Exercise directions ▸ Each line of the material must reappear unchanged in the answer.

Given data ▸

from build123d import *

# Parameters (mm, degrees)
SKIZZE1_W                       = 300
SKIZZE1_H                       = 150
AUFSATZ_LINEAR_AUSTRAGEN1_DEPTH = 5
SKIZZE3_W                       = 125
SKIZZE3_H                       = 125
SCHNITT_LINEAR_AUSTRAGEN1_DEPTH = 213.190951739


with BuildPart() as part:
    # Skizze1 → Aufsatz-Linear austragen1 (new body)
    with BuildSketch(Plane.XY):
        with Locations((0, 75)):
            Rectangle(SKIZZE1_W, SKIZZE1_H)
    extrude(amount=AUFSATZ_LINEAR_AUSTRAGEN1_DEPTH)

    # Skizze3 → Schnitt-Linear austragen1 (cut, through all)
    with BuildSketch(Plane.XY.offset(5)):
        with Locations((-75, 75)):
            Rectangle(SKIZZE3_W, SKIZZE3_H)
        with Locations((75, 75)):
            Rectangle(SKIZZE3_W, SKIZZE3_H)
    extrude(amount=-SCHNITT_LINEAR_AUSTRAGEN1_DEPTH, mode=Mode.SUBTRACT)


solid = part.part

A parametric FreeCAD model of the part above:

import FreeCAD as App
import Part
import Sketcher
from FreeCAD import Vector


def add_polygon(sketch, points):
    """Adds a closed chain of lines whose ends are joined by coincident constraints."""
    first, n = sketch.GeometryCount, len(points)
    for a, b in zip(points, points[1:] + points[:1]):
        sketch.addGeometry(Part.LineSegment(App.Vector(*a, 0), App.Vector(*b, 0)), False)
    for i in range(n):
        sketch.addConstraint(Sketcher.Constraint("Coincident", first + i, 2, first + (i + 1) % n, 1))

doc = App.newDocument("Part")
body = doc.addObject("PartDesign::Body", "Body")

# Sketch on XY plane
sketch1 = body.newObject("Sketcher::SketchObject", "Sketch")
sketch1.AttachmentSupport = (doc.getObject("XY_Plane"), [""])
sketch1.MapMode = "FlatFace"
add_polygon(sketch1, [(-150, 150), (-150, 0), (150, 0), (150, 150)])  # lines 0-3
sketch1.addConstraint(Sketcher.Constraint("Vertical", 0))
sketch1.addConstraint(Sketcher.Constraint("Horizontal", 1))
sketch1.addConstraint(Sketcher.Constraint("Vertical", 2))
sketch1.addConstraint(Sketcher.Constraint("Horizontal", 3))
sketch1.addConstraint(Sketcher.Constraint("Symmetric", 0, 2, 1, 2, -1, 1))
sketch1.addConstraint(Sketcher.Constraint("DistanceX", 1, 1, 1, 2, 300.0))
sketch1.addConstraint(Sketcher.Constraint("DistanceY", 0, 2, 0, 1, 150.0))
pad1 = body.newObject("PartDesign::Pad", "Pad")
pad1.Profile = sketch1
pad1.Length = 5

# Sketch on XY plane
sketch2 = body.newObject("Sketcher::SketchObject", "Sketch001")
sketch2.AttachmentSupport = (doc.getObject("XY_Plane"), [""])
sketch2.MapMode = "FlatFace"
sketch2.AttachmentOffset = App.Placement(Vector(0, 0, 5), App.Rotation())
add_polygon(sketch2, [(-138, 138), (-138, 12), (-12, 12), (-12, 138)])  # lines 0-3
add_polygon(sketch2, [(12, 138), (12, 12), (138, 12), (138, 138)])  # lines 4-7
sketch2.addConstraint(Sketcher.Constraint("Vertical", 0))
sketch2.addConstraint(Sketcher.Constraint("Horizontal", 1))
sketch2.addConstraint(Sketcher.Constraint("Vertical", 2))
sketch2.addConstraint(Sketcher.Constraint("Horizontal", 3))
sketch2.addConstraint(Sketcher.Constraint("Vertical", 4))
sketch2.addConstraint(Sketcher.Constraint("Horizontal", 5))
sketch2.addConstraint(Sketcher.Constraint("Vertical", 6))
sketch2.addConstraint(Sketcher.Constraint("Horizontal", 7))
sketch2.addConstraint(Sketcher.Constraint("Symmetric", 1, 2, 4, 2, -2))
sketch2.addConstraint(Sketcher.Constraint("Symmetric", 3, 2, 6, 2, -2))
sketch2.addConstraint(Sketcher.Constraint("Equal", 7, 0))
sketch2.addConstraint(Sketcher.Constraint("DistanceX", 1, 1, 1, 2, 125.0))
sketch2.addConstraint(Sketcher.Constraint("DistanceX", 1, 2, 4, 2, 25.0))
sketch2.addConstraint(Sketcher.Constraint("DistanceY", -1, 1, 0, 2, 12.5))
pocket1 = body.newObject("PartDesign::Pocket", "Pocket")
pocket1.Profile = sketch2
pocket1.Type = "ThroughAll"

doc.recompute()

Result of this task ▸
from build123d import *

# Parameters (mm, degrees)
SKIZZE1_W                       = 300
SKIZZE1_H                       = 150
AUFSATZ_LINEAR_AUSTRAGEN1_DEPTH = 5
SKIZZE3_W                       = 125
SKIZZE3_H                       = 125
SCHNITT_LINEAR_AUSTRAGEN1_DEPTH = 213.190951739


with BuildPart() as part:
    # Skizze1 → Aufsatz-Linear austragen1 (new body)
    with BuildSketch(Plane.XY):
        with Locations((0, 75)):
            Rectangle(SKIZZE1_W, SKIZZE1_H)
    extrude(amount=AUFSATZ_LINEAR_AUSTRAGEN1_DEPTH)

    # Skizze3 → Schnitt-Linear austragen1 (cut, through all)
    with BuildSketch(Plane.XY.offset(5)):
        with Locations((-75, 75)):
            Rectangle(SKIZZE3_W, SKIZZE3_H)
        with Locations((75, 75)):
            Rectangle(SKIZZE3_W, SKIZZE3_H)
    extrude(amount=-SCHNITT_LINEAR_AUSTRAGEN1_DEPTH, mode=Mode.SUBTRACT)


solid = part.part

A parametric FreeCAD model of the part above:

import FreeCAD as App
import Part
import Sketcher
from FreeCAD import Vector


def add_polygon(sketch, points):
    """Adds a closed chain of lines whose ends are joined by coincident constraints."""
    first, n = sketch.GeometryCount, len(points)
    for a, b in zip(points, points[1:] + points[:1]):
        sketch.addGeometry(Part.LineSegment(App.Vector(*a, 0), App.Vector(*b, 0)), False)
    for i in range(n):
        sketch.addConstraint(Sketcher.Constraint("Coincident", first + i, 2, first + (i + 1) % n, 1))

doc = App.newDocument("Part")
body = doc.addObject("PartDesign::Body", "Body")

# Sketch on XY plane
sketch1 = body.newObject("Sketcher::SketchObject", "Sketch")
sketch1.AttachmentSupport = (doc.getObject("XY_Plane"), [""])
sketch1.MapMode = "FlatFace"
add_polygon(sketch1, [(-150, 150), (-150, 0), (150, 0), (150, 150)])  # lines 0-3
sketch1.addConstraint(Sketcher.Constraint("Vertical", 0))
sketch1.addConstraint(Sketcher.Constraint("Horizontal", 1))
sketch1.addConstraint(Sketcher.Constraint("Vertical", 2))
sketch1.addConstraint(Sketcher.Constraint("Horizontal", 3))
sketch1.addConstraint(Sketcher.Constraint("Symmetric", 0, 2, 1, 2, -1, 1))
sketch1.addConstraint(Sketcher.Constraint("DistanceX", 1, 1, 1, 2, 300.0))
sketch1.addConstraint(Sketcher.Constraint("DistanceY", 0, 2, 0, 1, 150.0))
pad1 = body.newObject("PartDesign::Pad", "Pad")
pad1.Profile = sketch1
pad1.Length = 5

# Sketch on XY plane
sketch2 = body.newObject("Sketcher::SketchObject", "Sketch001")
sketch2.AttachmentSupport = (doc.getObject("XY_Plane"), [""])
sketch2.MapMode = "FlatFace"
sketch2.AttachmentOffset = App.Placement(Vector(0, 0, 5), App.Rotation())
add_polygon(sketch2, [(-138, 138), (-138, 12), (-12, 12), (-12, 138)])  # lines 0-3
add_polygon(sketch2, [(12, 138), (12, 12), (138, 12), (138, 138)])  # lines 4-7
sketch2.addConstraint(Sketcher.Constraint("Vertical", 0))
sketch2.addConstraint(Sketcher.Constraint("Horizontal", 1))
sketch2.addConstraint(Sketcher.Constraint("Vertical", 2))
sketch2.addConstraint(Sketcher.Constraint("Horizontal", 3))
sketch2.addConstraint(Sketcher.Constraint("Vertical", 4))
sketch2.addConstraint(Sketcher.Constraint("Horizontal", 5))
sketch2.addConstraint(Sketcher.Constraint("Vertical", 6))
sketch2.addConstraint(Sketcher.Constraint("Horizontal", 7))
sketch2.addConstraint(Sketcher.Constraint("Symmetric", 1, 2, 4, 2, -2))
sketch2.addConstraint(Sketcher.Constraint("Symmetric", 3, 2, 6, 2, -2))
sketch2.addConstraint(Sketcher.Constraint("Equal", 7, 0))
sketch2.addConstraint(Sketcher.Constraint("DistanceX", 1, 1, 1, 2, 125.0))
sketch2.addConstraint(Sketcher.Constraint("DistanceX", 1, 2, 4, 2, 25.0))
sketch2.addConstraint(Sketcher.Constraint("DistanceY", -1, 1, 0, 2, 12.5))
pocket1 = body.newObject("PartDesign::Pocket", "Pocket")
pocket1.Profile = sketch2
pocket1.Type = "ThroughAll"

doc.recompute()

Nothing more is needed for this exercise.